The sole participant in a trial testing a novel and contentious gene-editing medicine has passed away from undetermined circumstances.
Terry Horgan, a participant from Montour Falls in New York, joined the research in the latter part of August with the hopes of curing Duchenne muscular dystrophy (DMD).
According to Daily Mail, the 27-year-old participant was one of the first Americans to receive CRISPR treatment. CRISPR edits genes by carefully slicing DNA and then letting nature handle the repair.
A mutation in the gene required to make the protein known as dystrophin is the cause of his uncommon hereditary condition that causes muscular atrophy.
The precise reason for Horgan's death last month is yet unknown.
Death in CRISPR Gene Therapy Study Sparks Concern
The latest issue generated concerns about the potential of such treatments generally, which have raised expectations among many families dealing with uncommon and fatal diseases.
"This whole notion that we can do designer genetic therapies is, I would say, uncertain," Arthur Caplan, a medical ethicist at New York University who is not involved in the study, said in an Associated Press (via Voice of America) report.
The nonprofit organization funded the early-stage safety research, which was authorized by the Food and Drug Administration and headed by Dr. Brenda Wong of the University of Massachusetts Chan Medical School.
The goal was to cure Horgan's version of Duchenne muscular dystrophy using the gene-editing technology CRISPR. A mutation in the gene required to create the protein known as dystrophin is the cause of the uncommon, hereditary disorder that causes muscular atrophy. The majority of Duchenne patients pass away due to heart or lung problems.
It is now unknown if Horgan received the medication and whether CRISPR, other research components, or the illness itself played a role in his passing.
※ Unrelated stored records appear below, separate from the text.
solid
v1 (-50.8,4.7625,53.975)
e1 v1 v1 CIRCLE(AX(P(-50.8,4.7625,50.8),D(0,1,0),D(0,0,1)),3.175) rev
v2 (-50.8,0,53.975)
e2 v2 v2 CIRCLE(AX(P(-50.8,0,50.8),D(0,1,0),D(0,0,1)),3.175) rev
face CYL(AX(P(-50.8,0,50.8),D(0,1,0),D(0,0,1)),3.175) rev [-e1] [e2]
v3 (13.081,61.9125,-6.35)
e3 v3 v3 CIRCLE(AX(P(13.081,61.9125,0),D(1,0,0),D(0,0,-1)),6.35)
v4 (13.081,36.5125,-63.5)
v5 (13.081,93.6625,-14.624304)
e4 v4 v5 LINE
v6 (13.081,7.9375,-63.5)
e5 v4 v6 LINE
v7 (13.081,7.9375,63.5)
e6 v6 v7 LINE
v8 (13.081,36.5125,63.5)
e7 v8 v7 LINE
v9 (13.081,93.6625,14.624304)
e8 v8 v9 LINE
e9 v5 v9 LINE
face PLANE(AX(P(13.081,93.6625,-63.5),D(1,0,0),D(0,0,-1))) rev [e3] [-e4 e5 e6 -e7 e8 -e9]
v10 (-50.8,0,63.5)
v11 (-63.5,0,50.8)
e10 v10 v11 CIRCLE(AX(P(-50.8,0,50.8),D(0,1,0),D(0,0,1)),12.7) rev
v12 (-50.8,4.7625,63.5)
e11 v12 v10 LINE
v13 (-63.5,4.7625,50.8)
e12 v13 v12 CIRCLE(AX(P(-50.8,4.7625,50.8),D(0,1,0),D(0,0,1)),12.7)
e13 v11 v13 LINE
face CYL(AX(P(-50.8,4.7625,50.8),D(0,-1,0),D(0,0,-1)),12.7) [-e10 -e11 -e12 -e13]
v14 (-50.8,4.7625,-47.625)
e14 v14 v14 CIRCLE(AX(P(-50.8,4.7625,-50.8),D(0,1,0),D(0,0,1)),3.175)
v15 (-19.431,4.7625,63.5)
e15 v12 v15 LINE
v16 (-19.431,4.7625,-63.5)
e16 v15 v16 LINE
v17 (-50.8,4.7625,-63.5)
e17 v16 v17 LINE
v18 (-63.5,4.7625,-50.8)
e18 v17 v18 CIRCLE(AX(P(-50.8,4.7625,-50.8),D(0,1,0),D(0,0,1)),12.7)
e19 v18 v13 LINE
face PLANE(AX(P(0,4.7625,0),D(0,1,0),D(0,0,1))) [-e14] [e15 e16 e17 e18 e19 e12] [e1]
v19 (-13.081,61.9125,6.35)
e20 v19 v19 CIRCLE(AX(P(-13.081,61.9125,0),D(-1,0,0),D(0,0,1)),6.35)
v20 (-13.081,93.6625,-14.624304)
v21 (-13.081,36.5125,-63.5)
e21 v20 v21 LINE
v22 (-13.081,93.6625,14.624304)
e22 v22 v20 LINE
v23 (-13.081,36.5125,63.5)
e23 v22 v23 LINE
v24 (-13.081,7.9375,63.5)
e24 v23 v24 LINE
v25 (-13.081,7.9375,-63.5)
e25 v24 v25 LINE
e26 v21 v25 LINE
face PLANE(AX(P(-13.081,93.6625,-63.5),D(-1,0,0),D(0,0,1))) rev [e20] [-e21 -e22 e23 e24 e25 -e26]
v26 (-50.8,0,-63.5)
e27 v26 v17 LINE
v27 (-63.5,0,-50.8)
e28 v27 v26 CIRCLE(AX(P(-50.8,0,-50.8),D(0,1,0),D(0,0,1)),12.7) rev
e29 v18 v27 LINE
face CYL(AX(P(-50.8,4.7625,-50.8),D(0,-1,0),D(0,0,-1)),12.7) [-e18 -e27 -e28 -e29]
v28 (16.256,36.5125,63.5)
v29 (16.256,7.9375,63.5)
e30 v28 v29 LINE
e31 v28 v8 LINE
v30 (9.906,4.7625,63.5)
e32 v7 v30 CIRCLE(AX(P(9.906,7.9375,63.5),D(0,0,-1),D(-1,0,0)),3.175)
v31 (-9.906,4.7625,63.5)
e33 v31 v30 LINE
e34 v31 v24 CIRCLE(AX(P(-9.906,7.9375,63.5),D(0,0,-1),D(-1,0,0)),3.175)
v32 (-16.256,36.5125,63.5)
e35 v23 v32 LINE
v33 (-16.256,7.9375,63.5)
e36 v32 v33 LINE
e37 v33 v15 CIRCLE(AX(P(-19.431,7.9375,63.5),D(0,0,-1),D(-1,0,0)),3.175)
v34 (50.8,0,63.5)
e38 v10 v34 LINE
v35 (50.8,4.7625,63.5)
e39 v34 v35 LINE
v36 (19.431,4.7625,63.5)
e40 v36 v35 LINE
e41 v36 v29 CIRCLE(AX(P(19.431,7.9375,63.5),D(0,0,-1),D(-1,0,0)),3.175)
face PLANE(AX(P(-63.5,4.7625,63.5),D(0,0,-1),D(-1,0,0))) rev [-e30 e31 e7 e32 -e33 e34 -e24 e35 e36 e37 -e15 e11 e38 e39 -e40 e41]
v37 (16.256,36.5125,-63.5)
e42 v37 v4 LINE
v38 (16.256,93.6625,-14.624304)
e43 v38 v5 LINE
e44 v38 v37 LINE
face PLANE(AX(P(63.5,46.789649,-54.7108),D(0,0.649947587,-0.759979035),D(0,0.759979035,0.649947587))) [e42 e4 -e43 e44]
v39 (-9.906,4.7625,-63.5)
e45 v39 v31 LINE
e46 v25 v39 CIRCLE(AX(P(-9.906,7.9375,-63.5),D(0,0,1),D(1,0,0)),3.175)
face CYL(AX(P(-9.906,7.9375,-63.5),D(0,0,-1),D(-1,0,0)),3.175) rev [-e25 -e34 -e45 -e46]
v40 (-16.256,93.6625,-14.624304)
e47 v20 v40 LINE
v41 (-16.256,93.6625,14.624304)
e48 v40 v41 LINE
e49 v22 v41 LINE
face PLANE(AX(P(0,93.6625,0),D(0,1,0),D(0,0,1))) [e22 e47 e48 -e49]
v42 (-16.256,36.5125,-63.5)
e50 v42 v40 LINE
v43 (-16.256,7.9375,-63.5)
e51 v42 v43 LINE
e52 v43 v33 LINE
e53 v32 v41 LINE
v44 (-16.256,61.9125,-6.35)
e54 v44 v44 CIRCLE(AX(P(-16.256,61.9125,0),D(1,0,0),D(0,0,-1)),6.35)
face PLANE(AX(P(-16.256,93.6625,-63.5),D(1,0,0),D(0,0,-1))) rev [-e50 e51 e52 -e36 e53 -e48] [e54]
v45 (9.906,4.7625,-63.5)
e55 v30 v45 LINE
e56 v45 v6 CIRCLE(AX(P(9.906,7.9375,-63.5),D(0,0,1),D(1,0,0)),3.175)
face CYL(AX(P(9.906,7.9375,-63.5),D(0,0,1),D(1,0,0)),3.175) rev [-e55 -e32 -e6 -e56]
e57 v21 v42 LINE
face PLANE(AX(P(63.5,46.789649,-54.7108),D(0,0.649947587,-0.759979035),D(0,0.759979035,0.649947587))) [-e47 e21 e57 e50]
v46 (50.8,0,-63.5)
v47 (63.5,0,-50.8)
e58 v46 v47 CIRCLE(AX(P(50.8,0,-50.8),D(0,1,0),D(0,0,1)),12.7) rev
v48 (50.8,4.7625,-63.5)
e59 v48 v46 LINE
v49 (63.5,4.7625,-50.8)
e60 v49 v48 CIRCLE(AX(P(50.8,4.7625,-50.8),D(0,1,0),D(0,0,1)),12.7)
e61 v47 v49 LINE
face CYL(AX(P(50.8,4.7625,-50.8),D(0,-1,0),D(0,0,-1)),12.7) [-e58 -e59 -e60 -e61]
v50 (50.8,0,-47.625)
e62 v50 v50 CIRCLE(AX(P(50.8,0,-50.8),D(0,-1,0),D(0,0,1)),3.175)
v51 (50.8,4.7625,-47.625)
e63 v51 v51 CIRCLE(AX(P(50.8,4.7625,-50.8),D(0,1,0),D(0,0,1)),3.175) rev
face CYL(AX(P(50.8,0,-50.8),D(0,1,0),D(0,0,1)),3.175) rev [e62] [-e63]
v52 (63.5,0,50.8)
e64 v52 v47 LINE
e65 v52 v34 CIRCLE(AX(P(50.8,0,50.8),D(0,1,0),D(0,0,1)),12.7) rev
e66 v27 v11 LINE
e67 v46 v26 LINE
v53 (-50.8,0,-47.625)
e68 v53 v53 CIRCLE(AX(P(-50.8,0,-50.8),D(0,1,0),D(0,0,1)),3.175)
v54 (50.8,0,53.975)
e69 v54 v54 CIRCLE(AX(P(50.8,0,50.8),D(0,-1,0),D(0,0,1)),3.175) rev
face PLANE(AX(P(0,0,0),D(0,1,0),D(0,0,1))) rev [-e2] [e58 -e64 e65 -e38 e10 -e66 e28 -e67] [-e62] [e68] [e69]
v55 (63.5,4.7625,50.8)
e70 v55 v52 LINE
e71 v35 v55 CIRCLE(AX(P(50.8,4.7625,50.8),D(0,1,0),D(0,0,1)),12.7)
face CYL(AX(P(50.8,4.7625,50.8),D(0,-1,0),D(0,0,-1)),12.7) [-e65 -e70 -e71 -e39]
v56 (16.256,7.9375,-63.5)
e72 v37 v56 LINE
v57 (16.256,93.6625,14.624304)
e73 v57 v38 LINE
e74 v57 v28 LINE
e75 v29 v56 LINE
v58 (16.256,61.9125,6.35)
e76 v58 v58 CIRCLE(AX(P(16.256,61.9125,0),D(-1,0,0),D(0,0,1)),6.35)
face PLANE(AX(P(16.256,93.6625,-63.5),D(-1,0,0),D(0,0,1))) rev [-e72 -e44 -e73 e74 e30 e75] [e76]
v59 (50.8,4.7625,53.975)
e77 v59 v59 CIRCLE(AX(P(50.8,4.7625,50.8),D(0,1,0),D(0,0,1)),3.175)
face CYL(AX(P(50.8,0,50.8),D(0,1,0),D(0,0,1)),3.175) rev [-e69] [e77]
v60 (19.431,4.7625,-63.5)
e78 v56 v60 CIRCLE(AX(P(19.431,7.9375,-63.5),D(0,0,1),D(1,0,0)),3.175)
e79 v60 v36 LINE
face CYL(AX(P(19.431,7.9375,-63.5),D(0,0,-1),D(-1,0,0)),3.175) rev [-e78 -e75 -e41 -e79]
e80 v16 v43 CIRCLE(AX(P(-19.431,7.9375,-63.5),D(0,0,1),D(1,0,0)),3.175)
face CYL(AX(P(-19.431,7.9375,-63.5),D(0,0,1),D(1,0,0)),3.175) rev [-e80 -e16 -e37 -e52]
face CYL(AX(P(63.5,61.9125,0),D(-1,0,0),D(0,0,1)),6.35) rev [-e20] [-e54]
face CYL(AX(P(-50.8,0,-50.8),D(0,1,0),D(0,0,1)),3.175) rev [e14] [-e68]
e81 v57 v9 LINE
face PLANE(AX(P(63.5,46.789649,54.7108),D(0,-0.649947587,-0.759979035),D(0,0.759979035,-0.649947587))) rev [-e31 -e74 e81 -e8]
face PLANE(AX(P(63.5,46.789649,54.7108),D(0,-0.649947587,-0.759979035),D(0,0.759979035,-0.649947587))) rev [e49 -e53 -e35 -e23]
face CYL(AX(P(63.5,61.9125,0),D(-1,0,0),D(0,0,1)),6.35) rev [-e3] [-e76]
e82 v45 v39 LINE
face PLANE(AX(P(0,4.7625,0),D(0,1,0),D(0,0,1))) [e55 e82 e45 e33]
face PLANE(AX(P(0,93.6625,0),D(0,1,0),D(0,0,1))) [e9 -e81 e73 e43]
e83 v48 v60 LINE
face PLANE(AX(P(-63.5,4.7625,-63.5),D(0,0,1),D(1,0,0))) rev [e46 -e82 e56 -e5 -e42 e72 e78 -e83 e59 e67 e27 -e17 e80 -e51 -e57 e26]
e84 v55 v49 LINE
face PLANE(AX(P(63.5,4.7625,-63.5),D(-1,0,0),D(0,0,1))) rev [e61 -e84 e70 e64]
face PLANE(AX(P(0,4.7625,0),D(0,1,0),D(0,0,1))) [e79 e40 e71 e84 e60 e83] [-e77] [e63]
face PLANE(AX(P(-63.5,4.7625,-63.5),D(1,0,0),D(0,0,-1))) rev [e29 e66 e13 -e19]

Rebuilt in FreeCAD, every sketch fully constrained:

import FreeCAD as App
import Part
import Sketcher
from FreeCAD import Vector
Q = App.Units.Quantity


def edges_at(feature, points):
    """Names of the edges that pass closest to the given points."""
    edges = feature.Shape.Edges
    near = lambda p: min(range(len(edges)), key=lambda i: edges[i].distToShape(Part.Vertex(*p))[0])
    return sorted({f"Edge{near(p) + 1}" for p in points})

doc = App.newDocument("Part")
body = doc.addObject("PartDesign::Body", "Body")

sketch1 = doc.addObject("Sketcher::SketchObject", "Sketch")
body.addObject(sketch1)
sketch1.AttachmentSupport = (doc.XZ_Plane, [""])
sketch1.MapMode = "FlatFace"
sketch1.addGeometry([
    Part.LineSegment(Vector(-64, -64, 0), Vector(-64, 64, 0)),
    Part.LineSegment(Vector(-64, 64, 0), Vector(64, 64, 0)),
    Part.LineSegment(Vector(64, 64, 0), Vector(64, -64, 0)),
    Part.LineSegment(Vector(64, -64, 0), Vector(-64, -64, 0)),
], False)
sketch1.addConstraint([
    Sketcher.Constraint("Coincident", 0, 2, 1, 1),
    Sketcher.Constraint("Coincident", 1, 2, 2, 1),
    Sketcher.Constraint("Coincident", 2, 2, 3, 1),
    Sketcher.Constraint("Coincident", 3, 2, 0, 1),
    Sketcher.Constraint("Vertical", 0),
    Sketcher.Constraint("Horizontal", 1),
    Sketcher.Constraint("Vertical", 2),
    Sketcher.Constraint("Horizontal", 3),
    Sketcher.Constraint("Symmetric", 0, 2, 2, 2, -1, 1),
    Sketcher.Constraint("Equal", 3, 0),
    Sketcher.Constraint("DistanceX", 1, 1, 1, 2, Q("5 in")),
])
pad1 = doc.addObject("PartDesign::Pad", "Pad")
body.addObject(pad1)
pad1.Profile = sketch1
pad1.Length = Q("0.1875 in")
pad1.Reversed = True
Clinical trials, which test new medicines on sometimes-very-ill patients, are not without fatalities.
CRISPR experiments, however, are a recent development. Fyodor Urnov, a CRISPR specialist at the Innovative Genomics Institute at the University of California, Berkeley, said any death during a gene therapy study is a chance for the field to make amends.
Cure Rare Disease's Take
The study's funding organization, Cure Rare Disease, established by Horgan's brother, issued a statement saying: "The loss of Terry is heartbreaking, and he will be remembered as a hero."
The likely reason for Horgan's death is being examined by several research teams around the US, according to Cure Rare Disease, which also noted that the process might take up to four months.
The teams' effort is crucial, according to Cure Rare Disease, which funds the development of 18 additional medicines, to provide light not just on the research results but also on "the challenges of gene therapy generally."
As is necessary for clinical studies, the researchers have submitted a report of the incidence to the Food and Drug Administration (FDA).
The experiment, which was directed by Dr. Brenda Wong, a pediatric neurologist at the University of Massachusetts, was also given agency approval.
Since its initial release in 2012, CRISPR has received both acclaim and criticism.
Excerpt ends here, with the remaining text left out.